Dass Musiksysteme anderer Kulturen in der europäischen Musikwissenschaft lange kaum wahrgenommen wurden, ist leider eine Tatsache. Wenn eine Beschäftigung damit stattfand, so geschah dies meistens in explizit eurozentrischer Sichtweise. Die eigenen Kategorien und Konzeptionen von Musik wurden fremden Kulturen einfach übergestülpt. So wurde beispielsweise der emphatische Werkbegriff einfach auf andere Musiken übertragen.[6] Die eigene Ästhetik wurde absolut gesetzt und ungewohnte Klänge nicht selten als Lärm und Geschrei diffamiert. [7] Was jedoch für das abendländische Ohr schief und schräg klingt, kann in anderen Kulturen, genau im Gegenteil, als schön verstanden werden. Ein Beispiel für eine solche ethnozentrische Hörweise ist eine Musikerin, eine Absoluthörerin, die mit einem arabischen maqam konfrontiert wurde. Sie fühlte, also ob ihre Ohren „physisch malträtiert“ würden.[8] Ein so konditioniertes Ohr reagiert auf die fremden Skalen zunächst mit Abwehr, im besten Fall aber mit Zurechthören.

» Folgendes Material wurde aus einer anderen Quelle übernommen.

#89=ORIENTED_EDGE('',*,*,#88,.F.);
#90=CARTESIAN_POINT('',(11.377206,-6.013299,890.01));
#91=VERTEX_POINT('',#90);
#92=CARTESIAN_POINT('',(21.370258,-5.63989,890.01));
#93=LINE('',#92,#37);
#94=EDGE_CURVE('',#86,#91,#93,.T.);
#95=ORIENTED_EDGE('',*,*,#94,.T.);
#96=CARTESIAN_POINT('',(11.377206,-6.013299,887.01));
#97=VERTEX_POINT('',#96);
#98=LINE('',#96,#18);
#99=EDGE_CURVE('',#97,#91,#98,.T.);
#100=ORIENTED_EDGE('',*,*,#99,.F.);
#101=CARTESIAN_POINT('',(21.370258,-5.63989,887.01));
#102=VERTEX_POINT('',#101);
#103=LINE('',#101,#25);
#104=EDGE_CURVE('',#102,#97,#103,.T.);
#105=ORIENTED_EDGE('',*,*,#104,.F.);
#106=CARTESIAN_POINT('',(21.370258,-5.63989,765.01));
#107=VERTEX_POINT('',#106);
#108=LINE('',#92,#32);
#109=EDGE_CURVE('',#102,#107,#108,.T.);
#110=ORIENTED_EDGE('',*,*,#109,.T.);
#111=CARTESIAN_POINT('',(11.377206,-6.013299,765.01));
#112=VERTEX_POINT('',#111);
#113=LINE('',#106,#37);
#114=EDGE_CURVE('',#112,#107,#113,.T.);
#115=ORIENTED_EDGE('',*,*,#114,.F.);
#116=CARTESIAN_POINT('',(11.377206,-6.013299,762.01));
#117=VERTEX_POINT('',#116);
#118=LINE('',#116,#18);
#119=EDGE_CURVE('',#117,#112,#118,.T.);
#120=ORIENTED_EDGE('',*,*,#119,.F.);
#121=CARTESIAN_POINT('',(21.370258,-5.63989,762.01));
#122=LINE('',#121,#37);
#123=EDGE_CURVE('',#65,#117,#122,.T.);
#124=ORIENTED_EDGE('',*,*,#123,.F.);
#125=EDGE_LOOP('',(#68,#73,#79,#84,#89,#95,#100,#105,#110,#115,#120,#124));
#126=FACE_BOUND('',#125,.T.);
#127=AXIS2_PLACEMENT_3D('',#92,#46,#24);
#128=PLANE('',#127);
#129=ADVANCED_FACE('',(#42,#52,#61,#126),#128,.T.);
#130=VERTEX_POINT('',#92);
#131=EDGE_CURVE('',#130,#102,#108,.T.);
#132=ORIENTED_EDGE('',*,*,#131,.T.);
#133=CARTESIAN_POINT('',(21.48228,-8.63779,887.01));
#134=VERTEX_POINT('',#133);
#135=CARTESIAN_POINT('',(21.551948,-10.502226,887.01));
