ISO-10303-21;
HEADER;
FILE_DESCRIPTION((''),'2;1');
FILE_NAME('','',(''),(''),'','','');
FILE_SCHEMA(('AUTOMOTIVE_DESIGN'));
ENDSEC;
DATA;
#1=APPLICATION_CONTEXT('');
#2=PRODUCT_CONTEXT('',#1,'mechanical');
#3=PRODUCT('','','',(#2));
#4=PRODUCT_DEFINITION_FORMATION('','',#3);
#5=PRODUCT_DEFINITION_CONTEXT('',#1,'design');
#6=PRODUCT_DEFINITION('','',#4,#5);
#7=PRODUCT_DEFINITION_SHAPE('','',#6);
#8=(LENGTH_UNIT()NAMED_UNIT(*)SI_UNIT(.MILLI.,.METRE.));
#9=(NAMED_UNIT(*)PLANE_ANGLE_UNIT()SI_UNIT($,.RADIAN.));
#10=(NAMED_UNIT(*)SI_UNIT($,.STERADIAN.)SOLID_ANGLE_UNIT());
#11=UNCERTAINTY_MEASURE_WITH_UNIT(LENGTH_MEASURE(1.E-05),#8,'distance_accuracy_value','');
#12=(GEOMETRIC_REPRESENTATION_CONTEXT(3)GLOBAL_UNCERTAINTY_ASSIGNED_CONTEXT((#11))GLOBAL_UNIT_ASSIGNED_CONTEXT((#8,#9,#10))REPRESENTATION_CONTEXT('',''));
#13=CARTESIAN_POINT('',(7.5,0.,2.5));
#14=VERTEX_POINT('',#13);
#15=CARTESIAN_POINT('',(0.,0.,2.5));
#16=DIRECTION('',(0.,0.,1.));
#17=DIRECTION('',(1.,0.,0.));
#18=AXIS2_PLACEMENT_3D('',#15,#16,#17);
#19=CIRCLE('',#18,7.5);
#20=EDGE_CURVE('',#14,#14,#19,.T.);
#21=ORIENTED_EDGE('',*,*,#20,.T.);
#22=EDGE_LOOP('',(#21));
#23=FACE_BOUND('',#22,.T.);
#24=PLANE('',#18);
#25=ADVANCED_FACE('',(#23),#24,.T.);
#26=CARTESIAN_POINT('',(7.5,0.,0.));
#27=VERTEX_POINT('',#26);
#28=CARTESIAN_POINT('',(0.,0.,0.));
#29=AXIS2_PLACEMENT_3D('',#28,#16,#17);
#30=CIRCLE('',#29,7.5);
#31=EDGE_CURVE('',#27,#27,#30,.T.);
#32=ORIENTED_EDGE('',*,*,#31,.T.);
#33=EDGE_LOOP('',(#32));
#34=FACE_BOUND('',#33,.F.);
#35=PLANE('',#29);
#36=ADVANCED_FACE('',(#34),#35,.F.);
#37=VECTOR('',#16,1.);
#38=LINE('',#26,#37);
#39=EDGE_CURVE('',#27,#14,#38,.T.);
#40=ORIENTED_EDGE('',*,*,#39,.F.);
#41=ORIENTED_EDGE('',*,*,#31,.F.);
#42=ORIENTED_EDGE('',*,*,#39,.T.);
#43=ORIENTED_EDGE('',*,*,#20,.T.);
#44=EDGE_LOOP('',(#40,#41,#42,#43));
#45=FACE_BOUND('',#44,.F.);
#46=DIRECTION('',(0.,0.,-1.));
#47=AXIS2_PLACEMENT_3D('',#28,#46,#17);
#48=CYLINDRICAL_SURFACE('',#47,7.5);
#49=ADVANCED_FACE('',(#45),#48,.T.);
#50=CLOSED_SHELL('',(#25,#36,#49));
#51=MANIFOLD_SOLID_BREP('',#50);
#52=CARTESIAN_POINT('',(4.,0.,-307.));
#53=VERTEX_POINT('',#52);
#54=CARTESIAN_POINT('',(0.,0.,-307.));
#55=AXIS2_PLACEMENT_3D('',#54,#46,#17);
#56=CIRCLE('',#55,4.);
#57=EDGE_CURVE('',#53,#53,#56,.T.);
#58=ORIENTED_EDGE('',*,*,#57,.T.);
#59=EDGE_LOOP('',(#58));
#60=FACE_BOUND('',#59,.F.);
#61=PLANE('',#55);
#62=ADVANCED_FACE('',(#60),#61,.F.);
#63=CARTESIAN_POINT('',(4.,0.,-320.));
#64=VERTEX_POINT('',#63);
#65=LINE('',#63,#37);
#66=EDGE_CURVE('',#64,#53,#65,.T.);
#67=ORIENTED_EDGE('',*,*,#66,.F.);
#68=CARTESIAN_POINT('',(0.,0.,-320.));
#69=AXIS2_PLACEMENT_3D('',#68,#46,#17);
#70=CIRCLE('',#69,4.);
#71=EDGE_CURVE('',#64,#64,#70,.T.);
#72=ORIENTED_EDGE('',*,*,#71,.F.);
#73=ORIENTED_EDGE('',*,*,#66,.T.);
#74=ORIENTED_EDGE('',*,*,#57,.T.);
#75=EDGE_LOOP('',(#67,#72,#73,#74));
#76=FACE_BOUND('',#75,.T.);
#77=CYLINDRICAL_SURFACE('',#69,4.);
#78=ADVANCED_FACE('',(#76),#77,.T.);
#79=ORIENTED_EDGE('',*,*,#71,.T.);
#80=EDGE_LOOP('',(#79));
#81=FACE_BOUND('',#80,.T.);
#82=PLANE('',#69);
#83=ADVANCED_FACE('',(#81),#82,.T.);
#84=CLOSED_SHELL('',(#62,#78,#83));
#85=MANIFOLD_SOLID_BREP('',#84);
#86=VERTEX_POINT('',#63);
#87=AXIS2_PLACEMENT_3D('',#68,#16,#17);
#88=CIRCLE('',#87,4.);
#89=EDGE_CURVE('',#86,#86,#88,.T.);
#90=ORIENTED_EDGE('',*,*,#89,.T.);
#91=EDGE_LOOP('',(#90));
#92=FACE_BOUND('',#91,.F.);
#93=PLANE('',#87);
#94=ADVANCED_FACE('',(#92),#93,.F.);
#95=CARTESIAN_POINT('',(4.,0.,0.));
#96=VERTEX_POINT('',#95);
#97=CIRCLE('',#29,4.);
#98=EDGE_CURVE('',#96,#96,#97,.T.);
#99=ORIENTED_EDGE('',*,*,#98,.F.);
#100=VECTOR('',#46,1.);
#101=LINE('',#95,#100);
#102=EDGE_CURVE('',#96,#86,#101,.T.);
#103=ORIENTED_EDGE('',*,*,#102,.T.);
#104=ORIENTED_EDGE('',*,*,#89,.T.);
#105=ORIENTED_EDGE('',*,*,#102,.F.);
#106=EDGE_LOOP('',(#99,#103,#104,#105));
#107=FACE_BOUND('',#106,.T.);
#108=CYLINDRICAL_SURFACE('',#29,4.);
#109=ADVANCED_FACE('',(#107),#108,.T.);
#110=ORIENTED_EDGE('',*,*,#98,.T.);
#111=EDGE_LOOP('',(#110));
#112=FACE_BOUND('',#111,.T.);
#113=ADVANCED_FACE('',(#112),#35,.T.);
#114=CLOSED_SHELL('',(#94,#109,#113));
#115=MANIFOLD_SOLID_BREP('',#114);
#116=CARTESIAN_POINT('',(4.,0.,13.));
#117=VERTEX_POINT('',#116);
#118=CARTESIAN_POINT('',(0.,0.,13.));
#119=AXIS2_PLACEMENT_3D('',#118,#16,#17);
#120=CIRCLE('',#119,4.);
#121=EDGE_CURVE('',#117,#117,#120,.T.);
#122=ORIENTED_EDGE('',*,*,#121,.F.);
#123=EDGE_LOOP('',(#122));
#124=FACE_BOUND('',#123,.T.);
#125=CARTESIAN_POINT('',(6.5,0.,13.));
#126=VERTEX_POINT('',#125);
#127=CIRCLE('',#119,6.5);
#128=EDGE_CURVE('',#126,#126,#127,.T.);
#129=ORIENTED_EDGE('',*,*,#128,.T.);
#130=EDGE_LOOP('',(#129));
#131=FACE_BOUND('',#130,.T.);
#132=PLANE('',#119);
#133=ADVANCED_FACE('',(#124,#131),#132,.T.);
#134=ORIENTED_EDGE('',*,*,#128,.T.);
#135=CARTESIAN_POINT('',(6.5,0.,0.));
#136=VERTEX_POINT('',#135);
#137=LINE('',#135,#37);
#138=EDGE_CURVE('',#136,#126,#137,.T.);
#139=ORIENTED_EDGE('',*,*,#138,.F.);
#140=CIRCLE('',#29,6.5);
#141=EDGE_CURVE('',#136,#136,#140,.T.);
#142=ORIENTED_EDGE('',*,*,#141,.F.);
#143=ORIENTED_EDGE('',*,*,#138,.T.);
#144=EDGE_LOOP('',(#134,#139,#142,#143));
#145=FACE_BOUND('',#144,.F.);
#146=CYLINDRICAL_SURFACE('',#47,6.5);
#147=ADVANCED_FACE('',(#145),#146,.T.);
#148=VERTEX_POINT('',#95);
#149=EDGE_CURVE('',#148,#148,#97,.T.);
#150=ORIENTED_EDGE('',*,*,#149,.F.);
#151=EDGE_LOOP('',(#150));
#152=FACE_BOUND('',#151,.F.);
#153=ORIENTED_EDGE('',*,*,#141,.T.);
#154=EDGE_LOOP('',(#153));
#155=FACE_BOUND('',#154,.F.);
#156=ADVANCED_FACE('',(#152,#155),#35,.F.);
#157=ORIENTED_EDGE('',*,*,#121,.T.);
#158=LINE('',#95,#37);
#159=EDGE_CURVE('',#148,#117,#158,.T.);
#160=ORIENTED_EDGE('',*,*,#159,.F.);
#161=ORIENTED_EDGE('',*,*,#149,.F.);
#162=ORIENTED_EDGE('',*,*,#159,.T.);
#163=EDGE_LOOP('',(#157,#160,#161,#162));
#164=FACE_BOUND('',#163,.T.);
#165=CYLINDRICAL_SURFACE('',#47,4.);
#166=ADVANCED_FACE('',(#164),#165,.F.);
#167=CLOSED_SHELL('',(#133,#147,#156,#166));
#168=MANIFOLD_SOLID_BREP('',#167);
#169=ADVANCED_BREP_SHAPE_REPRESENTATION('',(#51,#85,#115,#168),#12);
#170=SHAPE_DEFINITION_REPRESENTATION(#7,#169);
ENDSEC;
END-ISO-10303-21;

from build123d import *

# Parameters (mm, degrees)
F0_R      = 7.5
F0_R_2    = 6.5
F0_R_3    = 4
F1_DEPTH  = 2.5
F2_DEPTH  = 320
F2_FACE_R = 4
F3_DEPTH  = 13


with BuildPart() as f1:
    # F0 (on Top) → F1 (new body)
    with BuildSketch(Plane.XY):
        Circle(F0_R)
        Circle(F0_R_2, mode=Mode.SUBTRACT)
        Circle(F0_R_2)
        Circle(F0_R_3, mode=Mode.SUBTRACT)
        Circle(F0_R_3)
    extrude(amount=F1_DEPTH)


with BuildPart() as f2:
    # F0 (on Top) → F2 (new body)
    with BuildSketch(Plane.XY):
        Circle(F0_R_3)
    extrude(amount=-F2_DEPTH)


with BuildPart() as f3:
    # F0 (on Top) + F2_face (on face) → F3 (new body)
    with BuildSketch(Plane.XY):
        Circle(F0_R_2)
        Circle(F0_R_3, mode=Mode.SUBTRACT)
    with BuildSketch(Plane(origin=(0, 0, -320), x_dir=(1, 0, 0), z_dir=(0, 0, -1))):
        Circle(F2_FACE_R)
    extrude(amount=F3_DEPTH, dir=(0, 0, 1))


solid = Compound([f1.part, f2.part, f3.part])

Im Fachjargon ließe sich das als Annäherung eines Outsiders, mit der damit verbundenen emischen Sichtweise an ein Insider System beschreiben.

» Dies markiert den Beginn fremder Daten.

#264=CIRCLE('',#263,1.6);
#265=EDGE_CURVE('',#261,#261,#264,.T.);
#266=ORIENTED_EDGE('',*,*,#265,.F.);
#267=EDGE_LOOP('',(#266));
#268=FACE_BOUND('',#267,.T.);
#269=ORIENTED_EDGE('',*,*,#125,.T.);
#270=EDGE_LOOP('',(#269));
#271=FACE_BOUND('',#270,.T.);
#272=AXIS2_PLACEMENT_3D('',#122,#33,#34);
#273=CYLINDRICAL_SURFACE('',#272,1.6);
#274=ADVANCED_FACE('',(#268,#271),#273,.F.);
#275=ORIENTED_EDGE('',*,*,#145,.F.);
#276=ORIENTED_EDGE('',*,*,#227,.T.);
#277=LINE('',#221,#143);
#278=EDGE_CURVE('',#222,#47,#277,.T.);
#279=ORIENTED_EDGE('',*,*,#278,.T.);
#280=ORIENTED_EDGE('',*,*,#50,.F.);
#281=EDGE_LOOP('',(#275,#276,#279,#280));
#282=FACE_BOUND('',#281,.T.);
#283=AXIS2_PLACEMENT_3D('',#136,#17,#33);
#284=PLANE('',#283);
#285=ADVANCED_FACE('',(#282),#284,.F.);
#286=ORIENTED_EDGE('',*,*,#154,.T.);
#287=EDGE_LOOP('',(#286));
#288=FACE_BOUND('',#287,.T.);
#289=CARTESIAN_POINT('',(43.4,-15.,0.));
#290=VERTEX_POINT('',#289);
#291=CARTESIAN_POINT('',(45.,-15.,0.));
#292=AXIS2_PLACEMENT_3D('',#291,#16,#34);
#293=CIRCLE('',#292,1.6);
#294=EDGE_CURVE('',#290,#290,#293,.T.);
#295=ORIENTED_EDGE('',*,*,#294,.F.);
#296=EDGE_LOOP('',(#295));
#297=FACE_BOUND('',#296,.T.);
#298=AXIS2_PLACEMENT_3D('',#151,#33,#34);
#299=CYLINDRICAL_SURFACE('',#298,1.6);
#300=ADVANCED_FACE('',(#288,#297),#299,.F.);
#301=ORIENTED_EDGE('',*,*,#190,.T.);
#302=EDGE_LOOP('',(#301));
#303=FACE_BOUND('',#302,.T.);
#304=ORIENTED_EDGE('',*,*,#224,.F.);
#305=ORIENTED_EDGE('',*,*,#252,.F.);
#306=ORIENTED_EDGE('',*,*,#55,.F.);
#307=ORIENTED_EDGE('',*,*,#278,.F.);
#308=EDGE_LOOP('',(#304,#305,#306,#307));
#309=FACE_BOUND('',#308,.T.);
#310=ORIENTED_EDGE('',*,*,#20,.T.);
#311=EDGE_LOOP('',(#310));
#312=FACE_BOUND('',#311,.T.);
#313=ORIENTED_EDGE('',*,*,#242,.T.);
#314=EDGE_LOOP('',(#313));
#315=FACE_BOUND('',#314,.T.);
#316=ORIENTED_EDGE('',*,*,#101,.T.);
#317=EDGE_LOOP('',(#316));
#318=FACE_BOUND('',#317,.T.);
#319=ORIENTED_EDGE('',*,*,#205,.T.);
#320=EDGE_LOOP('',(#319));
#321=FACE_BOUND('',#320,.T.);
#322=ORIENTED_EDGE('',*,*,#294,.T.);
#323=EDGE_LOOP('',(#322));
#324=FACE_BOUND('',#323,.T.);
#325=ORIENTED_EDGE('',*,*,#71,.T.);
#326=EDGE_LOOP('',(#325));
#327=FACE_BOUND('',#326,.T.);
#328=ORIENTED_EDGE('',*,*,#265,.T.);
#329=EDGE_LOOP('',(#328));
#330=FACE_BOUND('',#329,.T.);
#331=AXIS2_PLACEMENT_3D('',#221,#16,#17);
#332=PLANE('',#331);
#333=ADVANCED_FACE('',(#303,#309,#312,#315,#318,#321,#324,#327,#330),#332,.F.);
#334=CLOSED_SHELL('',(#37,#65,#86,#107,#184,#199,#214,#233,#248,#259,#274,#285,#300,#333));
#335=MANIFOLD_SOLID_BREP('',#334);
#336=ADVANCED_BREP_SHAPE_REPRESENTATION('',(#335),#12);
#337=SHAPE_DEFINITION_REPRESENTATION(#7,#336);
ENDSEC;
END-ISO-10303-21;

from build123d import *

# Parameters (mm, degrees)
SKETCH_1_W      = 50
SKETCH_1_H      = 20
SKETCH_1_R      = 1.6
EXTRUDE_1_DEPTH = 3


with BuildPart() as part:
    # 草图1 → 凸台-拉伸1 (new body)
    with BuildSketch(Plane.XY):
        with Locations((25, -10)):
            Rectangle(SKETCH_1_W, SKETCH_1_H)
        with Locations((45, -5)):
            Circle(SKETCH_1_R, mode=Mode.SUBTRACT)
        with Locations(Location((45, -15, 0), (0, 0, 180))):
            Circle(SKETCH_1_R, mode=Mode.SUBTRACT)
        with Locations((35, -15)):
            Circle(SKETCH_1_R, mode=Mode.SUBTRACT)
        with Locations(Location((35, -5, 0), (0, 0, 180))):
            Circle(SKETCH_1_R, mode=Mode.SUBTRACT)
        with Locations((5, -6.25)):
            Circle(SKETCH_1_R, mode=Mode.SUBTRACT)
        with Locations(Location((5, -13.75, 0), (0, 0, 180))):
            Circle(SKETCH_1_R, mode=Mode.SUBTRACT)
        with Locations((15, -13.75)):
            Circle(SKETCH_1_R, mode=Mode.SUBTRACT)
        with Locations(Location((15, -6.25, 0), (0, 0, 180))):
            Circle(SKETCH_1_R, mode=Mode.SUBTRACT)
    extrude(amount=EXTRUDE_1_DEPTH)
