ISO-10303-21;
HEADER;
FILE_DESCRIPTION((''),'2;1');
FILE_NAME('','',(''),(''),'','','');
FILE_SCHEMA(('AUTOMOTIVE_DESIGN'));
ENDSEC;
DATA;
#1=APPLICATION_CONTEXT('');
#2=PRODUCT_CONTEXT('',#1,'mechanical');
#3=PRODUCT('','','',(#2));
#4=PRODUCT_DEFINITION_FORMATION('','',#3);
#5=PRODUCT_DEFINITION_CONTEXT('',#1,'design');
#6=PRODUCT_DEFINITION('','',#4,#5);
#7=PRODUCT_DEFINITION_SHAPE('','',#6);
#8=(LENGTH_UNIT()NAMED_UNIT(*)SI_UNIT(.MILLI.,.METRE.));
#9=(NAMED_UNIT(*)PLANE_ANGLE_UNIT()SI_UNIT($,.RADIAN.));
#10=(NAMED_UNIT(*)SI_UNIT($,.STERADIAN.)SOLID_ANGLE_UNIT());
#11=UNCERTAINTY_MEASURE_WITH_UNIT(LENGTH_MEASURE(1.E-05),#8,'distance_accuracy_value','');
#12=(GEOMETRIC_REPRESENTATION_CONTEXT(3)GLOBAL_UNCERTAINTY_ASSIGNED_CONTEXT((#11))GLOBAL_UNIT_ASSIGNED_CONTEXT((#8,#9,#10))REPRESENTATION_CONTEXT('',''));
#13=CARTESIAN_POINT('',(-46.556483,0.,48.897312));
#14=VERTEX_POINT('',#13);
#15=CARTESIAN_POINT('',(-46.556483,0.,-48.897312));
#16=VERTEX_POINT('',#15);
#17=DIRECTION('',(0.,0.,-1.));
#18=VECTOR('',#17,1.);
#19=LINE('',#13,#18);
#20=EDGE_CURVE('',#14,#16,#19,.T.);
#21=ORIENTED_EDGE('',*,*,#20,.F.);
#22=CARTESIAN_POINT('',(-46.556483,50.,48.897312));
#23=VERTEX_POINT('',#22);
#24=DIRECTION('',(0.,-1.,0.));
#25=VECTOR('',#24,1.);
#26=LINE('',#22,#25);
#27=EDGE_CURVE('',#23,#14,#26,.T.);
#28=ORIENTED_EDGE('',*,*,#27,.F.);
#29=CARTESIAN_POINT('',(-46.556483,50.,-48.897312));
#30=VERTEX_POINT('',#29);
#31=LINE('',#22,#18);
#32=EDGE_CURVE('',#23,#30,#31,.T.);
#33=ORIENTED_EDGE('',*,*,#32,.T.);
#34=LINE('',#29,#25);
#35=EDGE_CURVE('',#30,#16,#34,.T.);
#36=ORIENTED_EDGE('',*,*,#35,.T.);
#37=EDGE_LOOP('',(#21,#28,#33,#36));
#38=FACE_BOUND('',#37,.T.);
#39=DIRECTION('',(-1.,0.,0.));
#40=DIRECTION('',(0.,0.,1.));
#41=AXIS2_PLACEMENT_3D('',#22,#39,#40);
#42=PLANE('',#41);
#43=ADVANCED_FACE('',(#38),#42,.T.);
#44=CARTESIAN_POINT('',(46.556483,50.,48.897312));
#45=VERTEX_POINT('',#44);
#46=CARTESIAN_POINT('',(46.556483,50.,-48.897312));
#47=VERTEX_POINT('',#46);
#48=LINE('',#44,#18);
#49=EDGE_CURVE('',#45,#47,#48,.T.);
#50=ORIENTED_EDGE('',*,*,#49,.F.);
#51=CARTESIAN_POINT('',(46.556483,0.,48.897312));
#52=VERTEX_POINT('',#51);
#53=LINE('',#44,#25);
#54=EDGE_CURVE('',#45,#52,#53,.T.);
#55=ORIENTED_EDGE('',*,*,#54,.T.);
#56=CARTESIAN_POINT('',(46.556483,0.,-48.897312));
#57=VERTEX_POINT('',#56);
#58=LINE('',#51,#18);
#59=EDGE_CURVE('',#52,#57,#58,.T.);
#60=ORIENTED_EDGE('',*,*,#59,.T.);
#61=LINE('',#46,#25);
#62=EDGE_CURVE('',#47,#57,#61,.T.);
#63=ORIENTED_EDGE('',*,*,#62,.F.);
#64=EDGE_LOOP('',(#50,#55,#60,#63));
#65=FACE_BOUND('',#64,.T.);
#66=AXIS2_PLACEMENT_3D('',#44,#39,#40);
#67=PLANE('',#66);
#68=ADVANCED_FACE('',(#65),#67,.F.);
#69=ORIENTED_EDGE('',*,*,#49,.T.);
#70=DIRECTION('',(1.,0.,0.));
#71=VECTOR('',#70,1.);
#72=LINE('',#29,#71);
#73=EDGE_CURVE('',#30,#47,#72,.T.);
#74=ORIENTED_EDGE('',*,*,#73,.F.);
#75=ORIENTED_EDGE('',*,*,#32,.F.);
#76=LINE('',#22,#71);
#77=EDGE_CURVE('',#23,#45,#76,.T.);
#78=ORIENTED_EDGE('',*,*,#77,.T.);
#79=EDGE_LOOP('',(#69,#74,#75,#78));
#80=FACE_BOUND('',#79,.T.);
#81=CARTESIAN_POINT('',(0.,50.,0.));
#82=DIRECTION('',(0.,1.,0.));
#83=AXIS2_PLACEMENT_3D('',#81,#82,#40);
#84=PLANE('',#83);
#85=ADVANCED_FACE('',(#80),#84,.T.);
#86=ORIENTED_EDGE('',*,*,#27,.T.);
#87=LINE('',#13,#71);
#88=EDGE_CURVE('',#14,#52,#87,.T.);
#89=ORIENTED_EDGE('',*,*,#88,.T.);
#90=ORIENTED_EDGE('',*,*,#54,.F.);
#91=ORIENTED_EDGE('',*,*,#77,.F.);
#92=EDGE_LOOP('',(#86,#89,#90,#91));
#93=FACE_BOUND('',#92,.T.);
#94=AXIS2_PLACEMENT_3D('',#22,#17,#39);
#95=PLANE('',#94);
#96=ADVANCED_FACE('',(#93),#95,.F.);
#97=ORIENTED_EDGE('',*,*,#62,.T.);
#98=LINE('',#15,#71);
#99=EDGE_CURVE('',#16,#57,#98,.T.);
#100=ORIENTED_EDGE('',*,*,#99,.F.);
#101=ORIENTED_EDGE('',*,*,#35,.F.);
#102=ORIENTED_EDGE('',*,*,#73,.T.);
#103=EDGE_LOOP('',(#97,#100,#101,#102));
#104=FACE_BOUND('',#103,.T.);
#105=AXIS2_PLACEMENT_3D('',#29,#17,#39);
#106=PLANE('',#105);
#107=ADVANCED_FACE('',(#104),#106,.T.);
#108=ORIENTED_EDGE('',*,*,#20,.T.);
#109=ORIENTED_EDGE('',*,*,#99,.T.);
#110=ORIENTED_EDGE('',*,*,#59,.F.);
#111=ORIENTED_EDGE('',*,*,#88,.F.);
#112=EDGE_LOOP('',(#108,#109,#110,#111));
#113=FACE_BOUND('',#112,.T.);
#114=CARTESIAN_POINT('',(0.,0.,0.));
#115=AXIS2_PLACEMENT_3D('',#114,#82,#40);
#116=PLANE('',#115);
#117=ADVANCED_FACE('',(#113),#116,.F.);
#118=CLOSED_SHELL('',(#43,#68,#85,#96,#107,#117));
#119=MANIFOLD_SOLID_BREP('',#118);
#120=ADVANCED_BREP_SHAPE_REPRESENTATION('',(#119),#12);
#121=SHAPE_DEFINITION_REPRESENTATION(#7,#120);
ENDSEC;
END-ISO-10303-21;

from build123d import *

# Parameters (mm, degrees)
SKETCH3_R           = 28.360772796
BOSS_EXTRUDE4_DEPTH = 50
SKETCH3_2_W         = 93.112965828
SKETCH3_2_H         = 97.794623328
SKETCH3_2_R         = 28.360772796
BOSS_EXTRUDE5_DEPTH = 50


with BuildPart() as part:
    # Sketch3 → Boss-Extrude4 (new body)
    with BuildSketch(Plane(origin=(0, 0, 0), x_dir=(1, 0, 0), z_dir=(0, 1, 0))):
        Circle(SKETCH3_R)
    extrude(amount=BOSS_EXTRUDE4_DEPTH)

    # Sketch3<2> → Boss-Extrude5 (add)
    with BuildSketch(Plane(origin=(0, 0, 0), x_dir=(1, 0, 0), z_dir=(0, 1, 0))):
        Rectangle(SKETCH3_2_W, SKETCH3_2_H)
        Circle(SKETCH3_2_R, mode=Mode.SUBTRACT)
    extrude(amount=BOSS_EXTRUDE5_DEPTH)


solid = part.part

Wie der orientalischen Musik meistens mit Unwissen begegnet wurde, beschreibt der französische Musikwissenschaftler Alain Danielou aus der Sicht des Internationalen Musikrats:
Die große Musik des Orients wurde im Westen bisher allzu oft nur als Folklore betrachtet, als eine Sammlung merkwürdiger archaisch-primitiver Überbleibsel, die sich ausschließlich bei musikalisch unterentwickelten Völkern findet.“[9] [10]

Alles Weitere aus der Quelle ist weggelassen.